Lulistas de todos os tipos urram que a fixação do teto de gastos vai punir os mais pobres, deixando à mingua a Saúde e a Educação. Logo eles, que não abriram a boca quando Dilmintira tirou 30% do orçamento da Saúde e destruiu o Fies. Pelamor.

E não, o teto não atinge Saúde ou Educação, e assusta justamente os mais ricos; não é à toa que desembargadores, procuradores e outras excelências sintam falta de ar à simples menção da PEC 241. Mas não há outra maneira, é preciso, é essencial gastar menos. O dinheiro ACABOU, embora nem desenhando essa gente entenda. Melhor, fingem não entender; como Marina Silva que, em 2014, em campanha presidencial, defendia até Banco Central independente. Como lulista na reserva, louca pra jogar, Marina sabota hoje um plano que achava essencial. Pois é.

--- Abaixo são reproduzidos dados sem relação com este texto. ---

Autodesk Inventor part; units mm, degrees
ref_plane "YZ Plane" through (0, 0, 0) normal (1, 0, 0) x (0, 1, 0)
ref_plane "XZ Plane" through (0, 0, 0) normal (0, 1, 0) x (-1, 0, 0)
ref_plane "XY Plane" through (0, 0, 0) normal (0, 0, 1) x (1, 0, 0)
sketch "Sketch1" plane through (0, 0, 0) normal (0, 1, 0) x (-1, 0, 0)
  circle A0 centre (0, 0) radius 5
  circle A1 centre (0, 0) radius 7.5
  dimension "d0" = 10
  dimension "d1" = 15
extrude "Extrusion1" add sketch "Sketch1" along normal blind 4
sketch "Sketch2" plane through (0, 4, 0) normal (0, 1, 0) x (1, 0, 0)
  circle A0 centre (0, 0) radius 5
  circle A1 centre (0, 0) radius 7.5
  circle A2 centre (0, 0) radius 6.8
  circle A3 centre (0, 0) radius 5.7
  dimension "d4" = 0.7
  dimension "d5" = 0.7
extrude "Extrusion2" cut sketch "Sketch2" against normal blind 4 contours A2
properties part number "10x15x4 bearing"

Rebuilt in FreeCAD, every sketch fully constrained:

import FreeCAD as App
import Part
import Sketcher

V = App.Vector

doc = App.newDocument("Part")
body = doc.addObject("PartDesign::Body", "Body")
body.AllowCompound = True

sketch1 = body.newObject("Sketcher::SketchObject", "Sketch")
sketch1.AttachmentSupport = (doc.getObject("XZ_Plane"), [""])
sketch1.MapMode = "FlatFace"
sketch1.addGeometry([
    Part.Circle(V(0, 0, 0), V(0, 0, 1), 7.5),
    Part.Circle(V(0, 0, 0), V(0, 0, 1), 5),
], False)
sketch1.addConstraint([
    Sketcher.Constraint("Coincident", 0, 3, -1, 1),
    Sketcher.Constraint("Coincident", 1, 3, -1, 1),
    Sketcher.Constraint("Diameter", 0, 15.0),
    Sketcher.Constraint("Diameter", 1, 10.0),
])
pad1 = body.newObject("PartDesign::Pad", "Pad")
pad1.Profile = sketch1
pad1.Length = 4
pad1.Reversed = True

sketch2 = body.newObject("Sketcher::SketchObject", "Sketch001")
sketch2.AttachmentSupport = (doc.getObject("XZ_Plane"), [""])
sketch2.MapMode = "FlatFace"
sketch2.AttachmentOffset = App.Placement(V(0, 0, -4), App.Rotation())
sketch2.addGeometry([
    Part.Circle(V(0, 0, 0), V(0, 0, 1), 6.8),
    Part.Circle(V(0, 0, 0), V(0, 0, 1), 5.7),
], False)
sketch2.addConstraint([
    Sketcher.Constraint("Coincident", 0, 3, -1, 1),
    Sketcher.Constraint("Coincident", 1, 3, -1, 1),
    Sketcher.Constraint("Diameter", 0, 13.6),
    Sketcher.Constraint("Diameter", 1, 11.4),
])
pocket1 = body.newObject("PartDesign::Pocket", "Pocket")
pocket1.Profile = sketch2
pocket1.Length = 4
pocket1.Reversed = True

doc.recompute()
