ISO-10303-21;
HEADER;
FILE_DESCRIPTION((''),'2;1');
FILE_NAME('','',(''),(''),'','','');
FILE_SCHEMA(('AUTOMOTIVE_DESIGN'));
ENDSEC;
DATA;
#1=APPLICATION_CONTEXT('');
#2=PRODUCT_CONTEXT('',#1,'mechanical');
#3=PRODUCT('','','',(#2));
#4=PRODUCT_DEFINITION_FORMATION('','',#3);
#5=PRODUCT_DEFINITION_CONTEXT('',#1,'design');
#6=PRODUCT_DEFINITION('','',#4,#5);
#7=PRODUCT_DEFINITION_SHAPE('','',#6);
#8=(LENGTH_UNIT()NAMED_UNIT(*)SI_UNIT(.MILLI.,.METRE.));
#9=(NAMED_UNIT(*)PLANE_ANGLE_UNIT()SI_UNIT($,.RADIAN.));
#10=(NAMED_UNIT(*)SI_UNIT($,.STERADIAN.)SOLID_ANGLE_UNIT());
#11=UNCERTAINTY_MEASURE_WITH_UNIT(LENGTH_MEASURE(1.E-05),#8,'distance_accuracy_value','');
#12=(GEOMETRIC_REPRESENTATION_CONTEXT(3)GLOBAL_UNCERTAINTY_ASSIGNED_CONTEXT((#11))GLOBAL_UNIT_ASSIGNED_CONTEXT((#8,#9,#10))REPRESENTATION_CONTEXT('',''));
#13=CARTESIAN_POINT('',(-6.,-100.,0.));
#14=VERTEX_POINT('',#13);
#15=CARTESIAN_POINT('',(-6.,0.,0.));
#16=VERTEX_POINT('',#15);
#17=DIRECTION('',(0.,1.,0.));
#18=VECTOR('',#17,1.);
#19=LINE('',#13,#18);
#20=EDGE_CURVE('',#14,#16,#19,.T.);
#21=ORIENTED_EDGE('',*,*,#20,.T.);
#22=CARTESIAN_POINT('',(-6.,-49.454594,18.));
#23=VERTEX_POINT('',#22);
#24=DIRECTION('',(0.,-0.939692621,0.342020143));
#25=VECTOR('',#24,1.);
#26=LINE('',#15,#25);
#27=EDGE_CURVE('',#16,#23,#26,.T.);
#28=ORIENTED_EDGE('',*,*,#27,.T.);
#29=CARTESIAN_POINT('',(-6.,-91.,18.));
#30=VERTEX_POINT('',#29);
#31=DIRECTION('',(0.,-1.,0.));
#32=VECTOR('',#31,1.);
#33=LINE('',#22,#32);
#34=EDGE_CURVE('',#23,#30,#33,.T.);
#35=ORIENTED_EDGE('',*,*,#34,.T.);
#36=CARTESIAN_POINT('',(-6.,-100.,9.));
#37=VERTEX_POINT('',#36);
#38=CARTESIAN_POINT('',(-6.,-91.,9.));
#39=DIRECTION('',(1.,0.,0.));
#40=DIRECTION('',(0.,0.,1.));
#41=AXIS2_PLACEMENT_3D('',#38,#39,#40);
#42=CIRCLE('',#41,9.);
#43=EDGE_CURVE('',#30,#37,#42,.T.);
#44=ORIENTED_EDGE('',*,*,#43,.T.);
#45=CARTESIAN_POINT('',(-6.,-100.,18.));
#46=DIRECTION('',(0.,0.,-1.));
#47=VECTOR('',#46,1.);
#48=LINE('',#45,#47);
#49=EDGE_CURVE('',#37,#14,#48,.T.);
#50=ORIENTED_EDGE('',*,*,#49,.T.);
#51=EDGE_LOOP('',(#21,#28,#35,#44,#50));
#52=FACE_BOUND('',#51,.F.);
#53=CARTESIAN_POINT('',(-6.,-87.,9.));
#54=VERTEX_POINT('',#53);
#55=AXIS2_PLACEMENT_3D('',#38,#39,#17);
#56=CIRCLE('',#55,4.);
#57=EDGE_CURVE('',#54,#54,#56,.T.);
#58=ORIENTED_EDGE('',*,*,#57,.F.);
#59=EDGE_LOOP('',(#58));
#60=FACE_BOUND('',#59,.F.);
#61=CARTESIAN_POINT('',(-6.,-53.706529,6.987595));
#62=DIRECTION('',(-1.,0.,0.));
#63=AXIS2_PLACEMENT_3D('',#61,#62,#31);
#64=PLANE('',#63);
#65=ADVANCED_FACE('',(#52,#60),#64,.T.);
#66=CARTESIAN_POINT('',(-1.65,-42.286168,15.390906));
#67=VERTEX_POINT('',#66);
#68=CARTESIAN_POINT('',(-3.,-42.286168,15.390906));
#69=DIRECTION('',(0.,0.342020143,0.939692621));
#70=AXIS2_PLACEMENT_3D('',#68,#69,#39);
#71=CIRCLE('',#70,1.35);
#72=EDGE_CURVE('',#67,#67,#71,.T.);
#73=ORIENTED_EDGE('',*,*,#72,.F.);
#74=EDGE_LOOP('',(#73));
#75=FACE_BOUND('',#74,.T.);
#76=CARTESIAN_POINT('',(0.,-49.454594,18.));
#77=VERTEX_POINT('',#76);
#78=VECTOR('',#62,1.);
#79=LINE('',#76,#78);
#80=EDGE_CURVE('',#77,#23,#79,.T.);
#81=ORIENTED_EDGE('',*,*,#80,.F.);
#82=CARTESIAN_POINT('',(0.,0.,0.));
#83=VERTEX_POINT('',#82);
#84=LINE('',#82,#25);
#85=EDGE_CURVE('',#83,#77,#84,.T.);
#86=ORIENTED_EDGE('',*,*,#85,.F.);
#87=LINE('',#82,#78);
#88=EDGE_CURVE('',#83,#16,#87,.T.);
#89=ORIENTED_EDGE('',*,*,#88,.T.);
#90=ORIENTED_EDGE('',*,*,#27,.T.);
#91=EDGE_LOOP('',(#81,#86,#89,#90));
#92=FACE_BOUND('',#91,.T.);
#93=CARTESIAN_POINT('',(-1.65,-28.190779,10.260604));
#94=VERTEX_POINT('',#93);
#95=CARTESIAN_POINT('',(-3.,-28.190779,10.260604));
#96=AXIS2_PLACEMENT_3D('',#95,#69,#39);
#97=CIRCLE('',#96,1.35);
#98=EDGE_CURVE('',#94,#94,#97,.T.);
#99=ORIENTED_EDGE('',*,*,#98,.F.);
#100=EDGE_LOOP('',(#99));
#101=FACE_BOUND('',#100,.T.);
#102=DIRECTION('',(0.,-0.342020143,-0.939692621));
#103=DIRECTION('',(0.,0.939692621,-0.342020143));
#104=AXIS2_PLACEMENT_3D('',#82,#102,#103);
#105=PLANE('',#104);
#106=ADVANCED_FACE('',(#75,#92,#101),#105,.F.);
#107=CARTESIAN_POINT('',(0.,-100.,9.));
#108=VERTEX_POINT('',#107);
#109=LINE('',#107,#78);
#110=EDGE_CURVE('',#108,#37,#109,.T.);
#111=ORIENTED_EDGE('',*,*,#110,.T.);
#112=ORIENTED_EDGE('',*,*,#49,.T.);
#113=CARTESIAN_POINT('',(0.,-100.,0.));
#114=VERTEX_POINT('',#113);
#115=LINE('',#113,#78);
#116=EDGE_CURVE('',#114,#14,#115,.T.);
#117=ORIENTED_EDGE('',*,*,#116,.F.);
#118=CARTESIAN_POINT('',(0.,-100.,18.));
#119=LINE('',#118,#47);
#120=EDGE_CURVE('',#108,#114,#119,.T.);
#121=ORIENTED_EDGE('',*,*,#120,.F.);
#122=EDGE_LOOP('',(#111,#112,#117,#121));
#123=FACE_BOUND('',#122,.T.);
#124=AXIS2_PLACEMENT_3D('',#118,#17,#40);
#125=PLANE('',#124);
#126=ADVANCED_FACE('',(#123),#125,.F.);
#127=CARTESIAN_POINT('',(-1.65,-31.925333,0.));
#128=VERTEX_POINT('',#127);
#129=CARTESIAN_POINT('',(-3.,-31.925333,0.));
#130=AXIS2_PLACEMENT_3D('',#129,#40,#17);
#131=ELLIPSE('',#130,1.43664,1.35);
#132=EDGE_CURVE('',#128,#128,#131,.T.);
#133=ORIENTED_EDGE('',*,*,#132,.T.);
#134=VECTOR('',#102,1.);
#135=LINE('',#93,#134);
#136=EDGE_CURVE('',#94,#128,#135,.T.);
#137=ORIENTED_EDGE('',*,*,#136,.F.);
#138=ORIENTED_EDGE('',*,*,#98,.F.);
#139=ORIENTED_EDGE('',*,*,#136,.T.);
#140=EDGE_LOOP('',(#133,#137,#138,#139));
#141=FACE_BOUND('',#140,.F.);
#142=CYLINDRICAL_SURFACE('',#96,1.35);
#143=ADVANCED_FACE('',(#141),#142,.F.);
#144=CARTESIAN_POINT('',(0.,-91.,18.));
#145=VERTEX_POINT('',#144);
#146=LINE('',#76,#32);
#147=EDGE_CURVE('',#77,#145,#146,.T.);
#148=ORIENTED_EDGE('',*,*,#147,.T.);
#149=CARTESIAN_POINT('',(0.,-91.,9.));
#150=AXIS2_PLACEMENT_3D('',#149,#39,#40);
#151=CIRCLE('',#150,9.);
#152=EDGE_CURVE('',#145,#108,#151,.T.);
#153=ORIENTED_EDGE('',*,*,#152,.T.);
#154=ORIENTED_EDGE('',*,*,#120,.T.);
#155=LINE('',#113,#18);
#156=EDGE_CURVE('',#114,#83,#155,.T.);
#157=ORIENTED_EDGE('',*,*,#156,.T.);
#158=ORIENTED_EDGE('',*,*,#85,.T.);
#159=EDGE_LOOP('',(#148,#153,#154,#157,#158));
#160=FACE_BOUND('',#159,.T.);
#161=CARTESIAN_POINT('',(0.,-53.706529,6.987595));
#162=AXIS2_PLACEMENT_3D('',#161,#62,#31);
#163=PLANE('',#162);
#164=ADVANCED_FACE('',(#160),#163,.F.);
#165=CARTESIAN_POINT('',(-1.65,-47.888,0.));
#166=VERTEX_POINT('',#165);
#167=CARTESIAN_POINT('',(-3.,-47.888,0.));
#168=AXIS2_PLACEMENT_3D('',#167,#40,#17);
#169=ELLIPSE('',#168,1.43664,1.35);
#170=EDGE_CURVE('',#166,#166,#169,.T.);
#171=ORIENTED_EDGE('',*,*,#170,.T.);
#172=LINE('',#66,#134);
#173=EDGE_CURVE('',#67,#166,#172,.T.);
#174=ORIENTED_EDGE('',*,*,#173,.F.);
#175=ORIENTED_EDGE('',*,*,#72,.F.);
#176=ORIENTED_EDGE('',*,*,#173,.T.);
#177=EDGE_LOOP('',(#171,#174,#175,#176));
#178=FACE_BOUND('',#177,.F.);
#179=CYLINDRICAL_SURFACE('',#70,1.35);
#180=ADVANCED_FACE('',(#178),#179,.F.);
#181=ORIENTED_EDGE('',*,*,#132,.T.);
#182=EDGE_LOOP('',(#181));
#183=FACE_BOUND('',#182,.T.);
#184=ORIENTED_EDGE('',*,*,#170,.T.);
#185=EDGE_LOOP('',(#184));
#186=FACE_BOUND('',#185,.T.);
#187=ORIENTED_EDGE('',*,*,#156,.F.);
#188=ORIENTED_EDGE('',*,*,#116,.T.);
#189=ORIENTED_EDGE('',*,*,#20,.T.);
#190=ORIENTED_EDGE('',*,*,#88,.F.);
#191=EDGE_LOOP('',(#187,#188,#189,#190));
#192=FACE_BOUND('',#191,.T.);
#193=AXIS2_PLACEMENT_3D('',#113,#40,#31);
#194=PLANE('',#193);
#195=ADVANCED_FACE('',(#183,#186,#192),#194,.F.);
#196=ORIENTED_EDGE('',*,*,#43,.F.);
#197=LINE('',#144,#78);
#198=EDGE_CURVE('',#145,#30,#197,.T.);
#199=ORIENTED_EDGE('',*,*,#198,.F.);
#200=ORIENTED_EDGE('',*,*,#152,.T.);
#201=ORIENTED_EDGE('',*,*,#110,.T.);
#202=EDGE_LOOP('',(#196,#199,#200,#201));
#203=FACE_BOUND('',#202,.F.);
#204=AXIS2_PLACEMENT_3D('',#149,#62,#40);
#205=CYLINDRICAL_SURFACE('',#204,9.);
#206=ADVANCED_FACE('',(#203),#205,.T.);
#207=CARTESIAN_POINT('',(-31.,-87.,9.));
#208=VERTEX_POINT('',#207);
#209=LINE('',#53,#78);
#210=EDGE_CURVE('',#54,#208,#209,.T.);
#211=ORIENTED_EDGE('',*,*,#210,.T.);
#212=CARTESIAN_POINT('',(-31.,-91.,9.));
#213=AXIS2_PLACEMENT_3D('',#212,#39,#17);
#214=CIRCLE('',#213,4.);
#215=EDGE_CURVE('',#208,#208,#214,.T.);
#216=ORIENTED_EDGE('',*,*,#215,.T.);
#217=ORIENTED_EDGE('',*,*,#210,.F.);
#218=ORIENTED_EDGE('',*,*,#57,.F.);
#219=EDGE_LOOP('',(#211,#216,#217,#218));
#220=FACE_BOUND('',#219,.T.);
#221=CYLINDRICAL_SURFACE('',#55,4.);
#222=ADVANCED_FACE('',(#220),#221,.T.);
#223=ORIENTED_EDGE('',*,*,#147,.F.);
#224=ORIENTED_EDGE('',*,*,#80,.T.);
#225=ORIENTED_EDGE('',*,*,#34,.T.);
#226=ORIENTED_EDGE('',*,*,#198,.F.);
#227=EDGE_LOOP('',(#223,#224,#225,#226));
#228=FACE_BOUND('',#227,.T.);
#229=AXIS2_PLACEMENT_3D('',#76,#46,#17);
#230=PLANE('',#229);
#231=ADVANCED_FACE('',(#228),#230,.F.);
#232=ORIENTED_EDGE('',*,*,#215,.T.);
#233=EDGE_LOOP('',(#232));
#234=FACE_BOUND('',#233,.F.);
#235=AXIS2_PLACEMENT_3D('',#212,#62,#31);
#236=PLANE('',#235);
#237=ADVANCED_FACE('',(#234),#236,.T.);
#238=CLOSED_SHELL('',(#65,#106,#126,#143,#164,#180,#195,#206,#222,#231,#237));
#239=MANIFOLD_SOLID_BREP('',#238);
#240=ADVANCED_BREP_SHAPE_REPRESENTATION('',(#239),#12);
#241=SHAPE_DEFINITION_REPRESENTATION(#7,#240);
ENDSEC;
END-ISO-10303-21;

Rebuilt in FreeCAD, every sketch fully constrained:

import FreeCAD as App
import Part
import Sketcher
Q = App.Units.Quantity


def edges_at(feature, points):
    """Names of the edges that pass closest to the given points."""
    edges = feature.Shape.Edges
    near = lambda p: min(range(len(edges)), key=lambda i: edges[i].distToShape(Part.Vertex(*p))[0])
    return sorted({f"Edge{near(p) + 1}" for p in points})


def add_polygon(sketch, points):
    """Adds a closed chain of lines whose ends are joined by coincident constraints."""
    first, n = sketch.GeometryCount, len(points)
    for a, b in zip(points, points[1:] + points[:1]):
        sketch.addGeometry(Part.LineSegment(App.Vector(*a, 0), App.Vector(*b, 0)), False)
    for i in range(n):
        sketch.addConstraint(Sketcher.Constraint("Coincident", first + i, 2, first + (i + 1) % n, 1))

doc = App.newDocument("Part")
params = doc.addObject("Spreadsheet::Sheet", "Params")
for row, (alias, value) in enumerate([
    ("sketch1_width", "100 mm"),
    ("sketch1_height", "18 mm"),
    ("pad1_length", "6 mm"),
    ("fillet_radius", "9 mm"),
    ("sketch2_diameter", "8 mm"),
    ("pad2_length", "25 mm"),
    ("sketch3_diameter", "2.7 mm"),
    ("pocket1_length", "25 mm"),
], start=1):
    params.set(f"A{row}", alias)
    params.set(f"B{row}", "=" + value)
    params.setAlias(f"B{row}", alias)

body = doc.addObject("PartDesign::Body", "Body")

sketch1 = doc.addObject("Sketcher::SketchObject", "Sketch")
body.addObject(sketch1)
sketch1.AttachmentSupport = (doc.YZ_Plane, [""])
sketch1.MapMode = "FlatFace"
add_polygon(sketch1, [(-100, 0), (0, 0), (-49, 18), (-100, 18)])
sketch1.addConstraint([
    Sketcher.Constraint("Horizontal", 0),
    Sketcher.Constraint("Horizontal", 2),
    Sketcher.Constraint("Vertical", 3),
    Sketcher.Constraint("Coincident", 0, 2, -1, 1),
    Sketcher.Constraint("DistanceX", 0, 1, 0, 2, Q("100 mm")),
    Sketcher.Constraint("DistanceY", 3, 2, 3, 1, Q("18 mm")),
    Sketcher.Constraint("Angle", 1, Q("160 deg")),
])
sketch1.setExpression("Constraints[8]", "Params.sketch1_width")
sketch1.setExpression("Constraints[9]", "Params.sketch1_height")
pad1 = doc.addObject("PartDesign::Pad", "Pad")
body.addObject(pad1)
pad1.Profile = sketch1
pad1.setExpression("Length", "Params.pad1_length")
doc.recompute()

fillet = doc.addObject("PartDesign::Fillet", "Fillet")
body.addObject(fillet)
fillet.Base = (pad1, edges_at(pad1, [(3, -100, 18)]))
fillet.setExpression("Radius", "Params.fillet_radius")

A genial Dora Kramer definiu muito bem o delírio dessa gente que não só não produz nada, como impede que outros produzam: “Petistas e chamados esquerdistas voltaram ao discurso segundo o qual há economia de direita e de esquerda, como se o capital não fosse como é: obediente às leis do mercado”. E as leis de mercado, minha cara Dora, são tão imutáveis quanto as da Física, não importando quanto os lulistas tentem fazer a água subir o rio.

Com tudo isso ocorrendo, o que dizer de Lula, em sua insanidade estudada, alegando ser “perseguido” por ter tirado o Brasil do século XVIII? Taspariu. Como se antes desse sujeito fôssemos apenas uma imensa fazenda. Cínico. Não éramos mais, e por pouco não voltamos a ser, (des)graças a ele e sua mamulenga.

 E quem não tem teto de gastos, como a Venezuela? O resultado todo mundo conhece. Sabe-se perfeitamente que os sofridos venezuelanos, enquanto rezam pela queda imediata do bandido Nicolás Maduro, fogem (imagem acima) aos milhares para o Brasil: http://g1.globo.com/jornal-nacional/noticia/2016/08/milhares-de-venezuelanos-fogem-da-crise-e-cruzam-fronteira-para-o-brasil.html . Exatamente como bolivianos, angolanos e outros “sem-teto”; seja fiscal, metafórico ou literal.